Dataset below:

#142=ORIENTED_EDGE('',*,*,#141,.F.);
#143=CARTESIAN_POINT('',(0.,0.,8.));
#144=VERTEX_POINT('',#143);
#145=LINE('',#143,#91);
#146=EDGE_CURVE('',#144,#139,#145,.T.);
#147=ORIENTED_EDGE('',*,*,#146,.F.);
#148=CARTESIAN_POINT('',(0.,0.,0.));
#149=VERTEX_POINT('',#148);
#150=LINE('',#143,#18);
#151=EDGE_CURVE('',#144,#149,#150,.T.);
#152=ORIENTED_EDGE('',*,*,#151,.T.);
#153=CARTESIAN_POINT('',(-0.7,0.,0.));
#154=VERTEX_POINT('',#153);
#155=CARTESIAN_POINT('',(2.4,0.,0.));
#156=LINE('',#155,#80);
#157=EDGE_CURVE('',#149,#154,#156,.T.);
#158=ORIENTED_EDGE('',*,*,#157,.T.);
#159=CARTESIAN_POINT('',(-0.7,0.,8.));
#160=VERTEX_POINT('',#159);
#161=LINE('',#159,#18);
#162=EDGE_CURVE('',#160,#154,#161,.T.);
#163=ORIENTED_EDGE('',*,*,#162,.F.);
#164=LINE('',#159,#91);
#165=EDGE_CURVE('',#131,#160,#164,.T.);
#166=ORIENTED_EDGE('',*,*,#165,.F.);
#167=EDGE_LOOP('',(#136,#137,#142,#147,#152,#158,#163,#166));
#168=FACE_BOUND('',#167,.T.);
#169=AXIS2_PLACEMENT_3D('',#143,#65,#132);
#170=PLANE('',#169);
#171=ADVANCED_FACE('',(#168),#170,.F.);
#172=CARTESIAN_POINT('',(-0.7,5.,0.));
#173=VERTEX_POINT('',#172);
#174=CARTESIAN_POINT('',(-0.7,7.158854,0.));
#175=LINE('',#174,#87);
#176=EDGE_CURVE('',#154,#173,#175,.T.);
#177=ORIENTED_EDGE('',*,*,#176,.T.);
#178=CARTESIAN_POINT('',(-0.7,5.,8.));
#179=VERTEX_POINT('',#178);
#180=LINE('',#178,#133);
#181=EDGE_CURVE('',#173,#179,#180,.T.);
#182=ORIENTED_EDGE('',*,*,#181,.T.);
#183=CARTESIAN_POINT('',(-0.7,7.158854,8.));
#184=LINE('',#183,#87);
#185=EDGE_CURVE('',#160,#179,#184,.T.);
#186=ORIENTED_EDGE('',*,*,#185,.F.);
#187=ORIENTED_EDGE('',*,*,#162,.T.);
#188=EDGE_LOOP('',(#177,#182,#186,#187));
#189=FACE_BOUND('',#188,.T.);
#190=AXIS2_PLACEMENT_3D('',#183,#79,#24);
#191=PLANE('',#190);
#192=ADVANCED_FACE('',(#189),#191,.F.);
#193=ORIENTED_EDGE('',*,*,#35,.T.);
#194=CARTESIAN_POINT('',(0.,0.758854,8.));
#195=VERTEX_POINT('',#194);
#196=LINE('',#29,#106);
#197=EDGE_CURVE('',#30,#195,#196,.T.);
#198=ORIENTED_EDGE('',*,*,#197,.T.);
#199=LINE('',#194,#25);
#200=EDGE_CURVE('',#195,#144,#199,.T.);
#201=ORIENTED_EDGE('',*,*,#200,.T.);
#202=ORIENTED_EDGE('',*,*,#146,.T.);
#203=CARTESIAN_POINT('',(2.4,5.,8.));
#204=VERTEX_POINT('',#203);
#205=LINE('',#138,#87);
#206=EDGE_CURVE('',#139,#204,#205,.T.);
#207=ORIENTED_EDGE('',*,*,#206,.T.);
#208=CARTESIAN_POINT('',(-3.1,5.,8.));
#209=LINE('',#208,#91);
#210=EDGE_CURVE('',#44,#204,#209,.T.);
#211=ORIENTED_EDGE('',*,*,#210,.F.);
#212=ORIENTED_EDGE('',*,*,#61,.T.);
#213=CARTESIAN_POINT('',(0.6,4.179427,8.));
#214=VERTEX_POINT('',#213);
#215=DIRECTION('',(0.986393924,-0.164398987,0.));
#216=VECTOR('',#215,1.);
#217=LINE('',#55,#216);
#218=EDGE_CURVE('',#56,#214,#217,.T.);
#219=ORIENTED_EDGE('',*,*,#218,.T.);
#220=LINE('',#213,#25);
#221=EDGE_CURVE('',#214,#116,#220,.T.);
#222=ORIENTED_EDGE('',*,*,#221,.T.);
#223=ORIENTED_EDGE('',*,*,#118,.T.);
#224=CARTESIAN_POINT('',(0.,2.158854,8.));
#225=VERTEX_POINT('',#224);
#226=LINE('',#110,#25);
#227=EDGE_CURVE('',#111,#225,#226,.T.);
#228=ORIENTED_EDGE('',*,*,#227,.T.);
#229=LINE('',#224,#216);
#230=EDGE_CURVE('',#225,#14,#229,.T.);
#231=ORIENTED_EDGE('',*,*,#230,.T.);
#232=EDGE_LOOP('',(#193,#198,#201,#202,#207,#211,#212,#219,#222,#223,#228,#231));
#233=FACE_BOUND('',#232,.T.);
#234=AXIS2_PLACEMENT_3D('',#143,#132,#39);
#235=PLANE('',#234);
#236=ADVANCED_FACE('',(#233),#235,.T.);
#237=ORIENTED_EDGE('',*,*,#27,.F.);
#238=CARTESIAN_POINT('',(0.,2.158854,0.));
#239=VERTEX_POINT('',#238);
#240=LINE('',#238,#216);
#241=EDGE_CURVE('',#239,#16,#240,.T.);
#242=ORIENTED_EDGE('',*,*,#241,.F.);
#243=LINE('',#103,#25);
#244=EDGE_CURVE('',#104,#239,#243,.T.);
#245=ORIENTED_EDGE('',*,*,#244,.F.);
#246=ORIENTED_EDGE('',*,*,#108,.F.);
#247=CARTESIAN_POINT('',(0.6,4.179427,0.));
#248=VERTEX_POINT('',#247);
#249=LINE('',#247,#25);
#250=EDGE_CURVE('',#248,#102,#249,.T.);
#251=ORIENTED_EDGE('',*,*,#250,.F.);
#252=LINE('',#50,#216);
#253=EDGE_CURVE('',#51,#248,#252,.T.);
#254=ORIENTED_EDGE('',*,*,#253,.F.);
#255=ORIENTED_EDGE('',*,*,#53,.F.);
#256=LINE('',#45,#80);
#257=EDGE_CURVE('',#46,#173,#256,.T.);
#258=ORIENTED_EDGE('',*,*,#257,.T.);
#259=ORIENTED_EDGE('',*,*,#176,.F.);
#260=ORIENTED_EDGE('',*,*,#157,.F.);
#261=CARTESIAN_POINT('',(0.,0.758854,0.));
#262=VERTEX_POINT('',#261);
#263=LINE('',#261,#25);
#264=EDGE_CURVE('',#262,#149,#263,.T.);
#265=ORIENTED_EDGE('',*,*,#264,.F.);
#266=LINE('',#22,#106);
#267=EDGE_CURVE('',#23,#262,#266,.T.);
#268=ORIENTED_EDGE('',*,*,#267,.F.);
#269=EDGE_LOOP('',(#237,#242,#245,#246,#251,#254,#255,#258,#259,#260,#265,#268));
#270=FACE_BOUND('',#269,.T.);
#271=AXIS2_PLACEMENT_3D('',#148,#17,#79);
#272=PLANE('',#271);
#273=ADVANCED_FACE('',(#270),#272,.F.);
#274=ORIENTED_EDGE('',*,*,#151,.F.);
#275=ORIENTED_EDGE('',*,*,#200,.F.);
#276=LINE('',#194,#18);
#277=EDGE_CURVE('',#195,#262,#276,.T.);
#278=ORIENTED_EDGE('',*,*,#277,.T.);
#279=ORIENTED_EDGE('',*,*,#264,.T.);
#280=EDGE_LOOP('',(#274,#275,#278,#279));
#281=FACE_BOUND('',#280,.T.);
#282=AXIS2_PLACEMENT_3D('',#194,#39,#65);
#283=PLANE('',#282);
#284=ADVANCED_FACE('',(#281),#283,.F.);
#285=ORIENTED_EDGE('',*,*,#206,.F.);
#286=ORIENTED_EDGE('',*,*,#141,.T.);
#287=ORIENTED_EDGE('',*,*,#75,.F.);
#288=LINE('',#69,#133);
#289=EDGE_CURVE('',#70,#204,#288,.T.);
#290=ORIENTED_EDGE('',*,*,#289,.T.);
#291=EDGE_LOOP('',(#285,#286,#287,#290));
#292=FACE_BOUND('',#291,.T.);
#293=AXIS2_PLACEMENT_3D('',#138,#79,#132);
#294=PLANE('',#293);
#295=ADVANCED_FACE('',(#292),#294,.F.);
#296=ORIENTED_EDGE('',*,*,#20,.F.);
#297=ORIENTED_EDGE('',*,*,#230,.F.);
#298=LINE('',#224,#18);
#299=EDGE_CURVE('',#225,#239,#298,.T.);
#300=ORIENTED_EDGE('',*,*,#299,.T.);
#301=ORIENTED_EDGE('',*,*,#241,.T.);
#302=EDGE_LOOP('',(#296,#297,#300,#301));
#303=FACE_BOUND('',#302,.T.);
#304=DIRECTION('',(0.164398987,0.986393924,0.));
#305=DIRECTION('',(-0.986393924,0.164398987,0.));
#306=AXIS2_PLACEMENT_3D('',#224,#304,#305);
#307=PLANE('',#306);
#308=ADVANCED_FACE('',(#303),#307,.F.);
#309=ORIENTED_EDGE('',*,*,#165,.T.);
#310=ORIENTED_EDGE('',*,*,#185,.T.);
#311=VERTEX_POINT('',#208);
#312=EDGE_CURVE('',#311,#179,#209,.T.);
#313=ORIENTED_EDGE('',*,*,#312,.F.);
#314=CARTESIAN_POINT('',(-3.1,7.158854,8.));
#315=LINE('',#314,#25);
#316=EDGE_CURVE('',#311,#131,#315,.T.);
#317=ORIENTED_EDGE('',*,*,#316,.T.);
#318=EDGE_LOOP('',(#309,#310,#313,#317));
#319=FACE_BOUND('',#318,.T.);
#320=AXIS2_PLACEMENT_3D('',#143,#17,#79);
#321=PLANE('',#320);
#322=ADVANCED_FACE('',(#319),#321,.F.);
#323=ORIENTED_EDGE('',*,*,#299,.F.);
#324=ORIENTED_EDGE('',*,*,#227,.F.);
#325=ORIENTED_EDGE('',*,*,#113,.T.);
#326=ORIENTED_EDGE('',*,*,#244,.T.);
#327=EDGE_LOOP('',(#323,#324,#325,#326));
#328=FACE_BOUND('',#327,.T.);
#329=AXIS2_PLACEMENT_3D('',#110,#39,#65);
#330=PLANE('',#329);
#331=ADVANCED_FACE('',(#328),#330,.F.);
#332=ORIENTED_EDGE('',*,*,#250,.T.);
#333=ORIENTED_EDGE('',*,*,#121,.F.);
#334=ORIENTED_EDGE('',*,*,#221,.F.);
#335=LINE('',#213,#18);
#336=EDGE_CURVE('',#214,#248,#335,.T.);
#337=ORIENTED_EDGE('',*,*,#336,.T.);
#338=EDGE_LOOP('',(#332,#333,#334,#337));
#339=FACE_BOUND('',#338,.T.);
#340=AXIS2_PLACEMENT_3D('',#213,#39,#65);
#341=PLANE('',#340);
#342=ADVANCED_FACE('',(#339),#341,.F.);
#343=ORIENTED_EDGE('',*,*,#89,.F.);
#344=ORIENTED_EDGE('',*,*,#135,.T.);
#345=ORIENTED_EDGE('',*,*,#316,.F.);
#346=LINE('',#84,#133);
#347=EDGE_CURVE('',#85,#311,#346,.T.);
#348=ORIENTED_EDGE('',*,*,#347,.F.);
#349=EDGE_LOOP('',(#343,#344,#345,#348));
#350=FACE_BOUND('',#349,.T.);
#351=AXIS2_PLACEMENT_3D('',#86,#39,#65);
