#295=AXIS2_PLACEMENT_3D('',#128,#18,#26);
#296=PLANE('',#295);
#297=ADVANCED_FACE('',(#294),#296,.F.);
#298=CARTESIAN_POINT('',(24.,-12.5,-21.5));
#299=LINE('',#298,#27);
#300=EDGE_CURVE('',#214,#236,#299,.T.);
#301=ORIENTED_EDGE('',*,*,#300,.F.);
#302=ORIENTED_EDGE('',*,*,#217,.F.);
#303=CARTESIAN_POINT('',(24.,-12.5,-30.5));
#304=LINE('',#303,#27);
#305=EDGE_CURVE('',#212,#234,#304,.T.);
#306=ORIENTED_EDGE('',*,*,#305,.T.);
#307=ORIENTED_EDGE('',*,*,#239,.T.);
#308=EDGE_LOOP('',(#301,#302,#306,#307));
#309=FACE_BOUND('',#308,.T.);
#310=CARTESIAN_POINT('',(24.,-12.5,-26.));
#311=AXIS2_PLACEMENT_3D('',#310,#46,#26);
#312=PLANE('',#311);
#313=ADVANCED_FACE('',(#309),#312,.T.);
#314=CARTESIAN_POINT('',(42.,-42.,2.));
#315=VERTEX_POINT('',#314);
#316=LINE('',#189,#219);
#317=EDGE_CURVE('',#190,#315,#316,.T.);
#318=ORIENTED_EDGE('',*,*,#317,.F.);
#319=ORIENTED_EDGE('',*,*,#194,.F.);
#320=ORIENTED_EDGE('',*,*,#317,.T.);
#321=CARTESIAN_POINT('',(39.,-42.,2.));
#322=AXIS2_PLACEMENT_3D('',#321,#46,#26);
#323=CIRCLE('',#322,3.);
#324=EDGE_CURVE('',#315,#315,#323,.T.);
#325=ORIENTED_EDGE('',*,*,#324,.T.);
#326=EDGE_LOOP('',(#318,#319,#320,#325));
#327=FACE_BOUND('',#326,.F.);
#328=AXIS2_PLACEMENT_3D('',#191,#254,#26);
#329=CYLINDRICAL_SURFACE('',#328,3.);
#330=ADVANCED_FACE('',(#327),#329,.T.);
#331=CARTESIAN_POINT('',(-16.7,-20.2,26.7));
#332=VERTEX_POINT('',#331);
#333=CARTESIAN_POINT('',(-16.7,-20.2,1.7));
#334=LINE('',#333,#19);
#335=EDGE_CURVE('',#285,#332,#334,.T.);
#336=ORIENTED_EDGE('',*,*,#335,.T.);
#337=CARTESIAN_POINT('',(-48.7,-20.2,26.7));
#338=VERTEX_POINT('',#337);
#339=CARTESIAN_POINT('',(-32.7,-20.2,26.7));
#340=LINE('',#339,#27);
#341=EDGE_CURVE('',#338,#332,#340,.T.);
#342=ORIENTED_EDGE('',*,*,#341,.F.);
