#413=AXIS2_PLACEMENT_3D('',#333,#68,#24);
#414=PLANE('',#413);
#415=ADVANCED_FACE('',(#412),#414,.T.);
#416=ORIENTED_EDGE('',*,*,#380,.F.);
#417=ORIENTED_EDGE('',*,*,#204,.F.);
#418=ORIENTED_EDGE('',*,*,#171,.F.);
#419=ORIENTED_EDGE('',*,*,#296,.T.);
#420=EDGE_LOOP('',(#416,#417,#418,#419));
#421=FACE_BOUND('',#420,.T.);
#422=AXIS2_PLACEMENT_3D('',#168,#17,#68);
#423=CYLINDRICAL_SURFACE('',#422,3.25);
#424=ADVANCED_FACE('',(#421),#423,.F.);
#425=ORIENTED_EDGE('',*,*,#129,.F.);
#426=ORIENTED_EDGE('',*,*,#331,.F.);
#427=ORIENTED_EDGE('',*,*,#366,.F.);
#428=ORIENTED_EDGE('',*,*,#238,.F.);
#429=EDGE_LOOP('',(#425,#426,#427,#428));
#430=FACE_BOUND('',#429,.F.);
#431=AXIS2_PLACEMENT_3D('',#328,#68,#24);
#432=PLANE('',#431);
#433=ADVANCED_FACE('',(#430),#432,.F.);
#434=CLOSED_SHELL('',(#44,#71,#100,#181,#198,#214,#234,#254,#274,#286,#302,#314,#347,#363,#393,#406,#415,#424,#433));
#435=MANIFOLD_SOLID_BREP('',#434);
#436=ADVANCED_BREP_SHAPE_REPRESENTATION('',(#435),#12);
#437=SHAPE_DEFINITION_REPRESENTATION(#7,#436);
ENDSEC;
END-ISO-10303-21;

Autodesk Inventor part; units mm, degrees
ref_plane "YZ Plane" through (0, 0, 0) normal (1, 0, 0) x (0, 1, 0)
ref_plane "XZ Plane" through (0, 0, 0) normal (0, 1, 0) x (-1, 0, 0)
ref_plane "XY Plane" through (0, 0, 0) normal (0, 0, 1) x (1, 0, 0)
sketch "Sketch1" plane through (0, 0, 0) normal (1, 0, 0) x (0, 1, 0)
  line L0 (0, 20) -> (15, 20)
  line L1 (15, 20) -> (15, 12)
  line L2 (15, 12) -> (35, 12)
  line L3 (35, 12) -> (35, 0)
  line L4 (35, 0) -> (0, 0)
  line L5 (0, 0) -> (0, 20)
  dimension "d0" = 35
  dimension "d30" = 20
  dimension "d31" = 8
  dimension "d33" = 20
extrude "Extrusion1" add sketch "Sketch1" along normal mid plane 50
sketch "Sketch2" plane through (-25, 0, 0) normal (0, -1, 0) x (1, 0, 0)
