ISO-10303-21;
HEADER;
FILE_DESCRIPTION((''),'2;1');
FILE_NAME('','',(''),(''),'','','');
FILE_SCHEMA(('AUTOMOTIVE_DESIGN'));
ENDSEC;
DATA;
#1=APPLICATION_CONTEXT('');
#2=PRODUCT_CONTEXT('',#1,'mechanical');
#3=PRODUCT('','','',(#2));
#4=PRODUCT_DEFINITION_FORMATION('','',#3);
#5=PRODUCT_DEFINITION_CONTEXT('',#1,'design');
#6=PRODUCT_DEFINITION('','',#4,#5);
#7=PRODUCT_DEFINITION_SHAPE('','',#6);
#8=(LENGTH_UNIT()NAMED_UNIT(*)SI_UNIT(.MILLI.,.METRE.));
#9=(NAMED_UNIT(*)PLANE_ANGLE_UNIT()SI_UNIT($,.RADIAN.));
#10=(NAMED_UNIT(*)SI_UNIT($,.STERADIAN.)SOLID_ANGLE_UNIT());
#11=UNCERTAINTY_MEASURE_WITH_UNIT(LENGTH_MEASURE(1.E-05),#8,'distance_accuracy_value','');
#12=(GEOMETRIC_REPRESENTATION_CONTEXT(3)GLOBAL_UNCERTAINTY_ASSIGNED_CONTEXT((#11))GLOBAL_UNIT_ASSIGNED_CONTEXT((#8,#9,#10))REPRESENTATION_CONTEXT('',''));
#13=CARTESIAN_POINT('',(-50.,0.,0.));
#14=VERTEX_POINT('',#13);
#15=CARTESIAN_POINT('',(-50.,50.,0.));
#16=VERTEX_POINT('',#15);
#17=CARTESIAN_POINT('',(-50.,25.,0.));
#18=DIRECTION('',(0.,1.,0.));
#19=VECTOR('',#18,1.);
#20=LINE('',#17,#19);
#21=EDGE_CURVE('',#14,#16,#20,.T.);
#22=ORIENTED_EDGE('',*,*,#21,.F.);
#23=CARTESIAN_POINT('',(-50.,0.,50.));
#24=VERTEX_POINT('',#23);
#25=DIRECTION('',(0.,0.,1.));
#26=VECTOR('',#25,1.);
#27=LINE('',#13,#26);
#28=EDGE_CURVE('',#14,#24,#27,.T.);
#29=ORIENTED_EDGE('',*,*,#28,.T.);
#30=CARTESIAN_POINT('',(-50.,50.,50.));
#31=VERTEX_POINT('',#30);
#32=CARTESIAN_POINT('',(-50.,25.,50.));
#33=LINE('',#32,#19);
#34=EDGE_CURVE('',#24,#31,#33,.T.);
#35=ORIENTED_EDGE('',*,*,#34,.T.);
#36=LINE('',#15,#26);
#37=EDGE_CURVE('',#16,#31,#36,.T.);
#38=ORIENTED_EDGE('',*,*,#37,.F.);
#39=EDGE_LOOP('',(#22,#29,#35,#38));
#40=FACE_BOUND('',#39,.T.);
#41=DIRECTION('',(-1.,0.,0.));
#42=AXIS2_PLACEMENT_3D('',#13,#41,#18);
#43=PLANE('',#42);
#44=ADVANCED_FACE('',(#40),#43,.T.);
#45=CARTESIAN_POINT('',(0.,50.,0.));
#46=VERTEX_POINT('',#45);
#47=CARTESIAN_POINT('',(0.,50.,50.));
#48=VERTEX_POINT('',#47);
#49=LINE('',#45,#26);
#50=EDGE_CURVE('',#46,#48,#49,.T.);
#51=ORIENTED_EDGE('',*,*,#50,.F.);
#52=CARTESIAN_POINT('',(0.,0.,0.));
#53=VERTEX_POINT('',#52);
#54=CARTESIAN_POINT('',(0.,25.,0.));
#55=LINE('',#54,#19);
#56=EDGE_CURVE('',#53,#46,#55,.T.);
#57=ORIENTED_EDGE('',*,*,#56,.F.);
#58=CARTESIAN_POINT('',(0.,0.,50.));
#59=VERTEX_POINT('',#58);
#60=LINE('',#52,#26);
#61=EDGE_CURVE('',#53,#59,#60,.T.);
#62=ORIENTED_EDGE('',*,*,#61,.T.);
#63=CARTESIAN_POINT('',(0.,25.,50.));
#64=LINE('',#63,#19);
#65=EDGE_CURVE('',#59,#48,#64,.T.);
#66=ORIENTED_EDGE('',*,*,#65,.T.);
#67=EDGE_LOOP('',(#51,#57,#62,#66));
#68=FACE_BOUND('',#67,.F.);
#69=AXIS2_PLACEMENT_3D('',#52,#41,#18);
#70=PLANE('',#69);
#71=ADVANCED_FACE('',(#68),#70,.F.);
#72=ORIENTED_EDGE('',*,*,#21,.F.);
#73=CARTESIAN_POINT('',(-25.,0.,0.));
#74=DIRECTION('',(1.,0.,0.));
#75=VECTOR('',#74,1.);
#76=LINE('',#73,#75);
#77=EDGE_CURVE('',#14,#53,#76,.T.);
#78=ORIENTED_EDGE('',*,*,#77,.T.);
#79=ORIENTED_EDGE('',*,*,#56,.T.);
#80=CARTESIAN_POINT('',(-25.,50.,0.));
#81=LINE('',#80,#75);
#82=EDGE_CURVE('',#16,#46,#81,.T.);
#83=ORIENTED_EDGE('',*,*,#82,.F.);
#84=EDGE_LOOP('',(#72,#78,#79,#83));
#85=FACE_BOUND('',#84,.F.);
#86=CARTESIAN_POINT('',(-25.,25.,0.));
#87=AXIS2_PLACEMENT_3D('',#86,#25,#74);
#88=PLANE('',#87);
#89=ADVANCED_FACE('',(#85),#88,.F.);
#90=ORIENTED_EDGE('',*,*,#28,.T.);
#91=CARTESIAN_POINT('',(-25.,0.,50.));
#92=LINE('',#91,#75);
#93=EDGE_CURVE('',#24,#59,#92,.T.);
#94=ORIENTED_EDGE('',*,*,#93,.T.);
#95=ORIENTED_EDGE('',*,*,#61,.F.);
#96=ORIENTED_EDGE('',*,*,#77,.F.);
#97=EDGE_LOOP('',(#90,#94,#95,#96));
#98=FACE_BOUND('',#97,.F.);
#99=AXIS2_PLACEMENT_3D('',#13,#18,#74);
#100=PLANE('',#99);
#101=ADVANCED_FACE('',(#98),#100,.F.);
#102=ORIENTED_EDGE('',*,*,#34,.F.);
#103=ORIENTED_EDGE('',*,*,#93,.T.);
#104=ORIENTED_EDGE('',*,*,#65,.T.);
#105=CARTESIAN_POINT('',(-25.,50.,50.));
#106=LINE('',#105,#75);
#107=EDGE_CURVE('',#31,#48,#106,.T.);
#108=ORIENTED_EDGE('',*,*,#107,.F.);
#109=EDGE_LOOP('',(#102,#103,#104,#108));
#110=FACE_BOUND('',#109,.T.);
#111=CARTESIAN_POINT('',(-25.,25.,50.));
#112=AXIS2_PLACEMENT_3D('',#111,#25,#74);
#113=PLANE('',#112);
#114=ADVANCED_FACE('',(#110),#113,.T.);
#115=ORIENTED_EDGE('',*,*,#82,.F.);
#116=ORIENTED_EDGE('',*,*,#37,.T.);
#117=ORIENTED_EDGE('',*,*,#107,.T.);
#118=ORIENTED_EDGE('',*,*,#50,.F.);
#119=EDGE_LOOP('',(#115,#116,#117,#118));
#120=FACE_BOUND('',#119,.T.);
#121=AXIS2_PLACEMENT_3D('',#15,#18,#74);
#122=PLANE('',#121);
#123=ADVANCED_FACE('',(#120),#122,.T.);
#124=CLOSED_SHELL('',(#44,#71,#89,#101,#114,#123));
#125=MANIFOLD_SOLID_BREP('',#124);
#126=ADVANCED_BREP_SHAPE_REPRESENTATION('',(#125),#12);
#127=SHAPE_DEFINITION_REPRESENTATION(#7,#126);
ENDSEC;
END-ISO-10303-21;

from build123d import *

# Parameters (mm, degrees)
SKETCH1_W           = 50
SKETCH1_H           = 50
BOSS_EXTRUDE1_DEPTH = 50


with BuildPart() as part:
    # Sketch1 → Boss-Extrude1 (new body)
    with BuildSketch(Plane.XY):
        with Locations((-25, 25)):
            Rectangle(SKETCH1_W, SKETCH1_H)
    extrude(amount=BOSS_EXTRUDE1_DEPTH)


solid = part.part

End of Dataset.

#### Description of the task
The output should be exactly the lines above from the line containing "#149=VERTEX_POINT('',#148);" to the line containing "#159=CARTESIAN_POINT('',(-0.7,0.,8.));", inclusive, with no other lines.

#### Written response
#149=VERTEX_POINT('',#148);
#150=LINE('',#143,#18);
#151=EDGE_CURVE('',#144,#149,#150,.T.);
#152=ORIENTED_EDGE('',*,*,#151,.T.);
#153=CARTESIAN_POINT('',(-0.7,0.,0.));
#154=VERTEX_POINT('',#153);
#155=CARTESIAN_POINT('',(2.4,0.,0.));
#156=LINE('',#155,#80);
#157=EDGE_CURVE('',#149,#154,#156,.T.);
#158=ORIENTED_EDGE('',*,*,#157,.T.);
#159=CARTESIAN_POINT('',(-0.7,0.,8.));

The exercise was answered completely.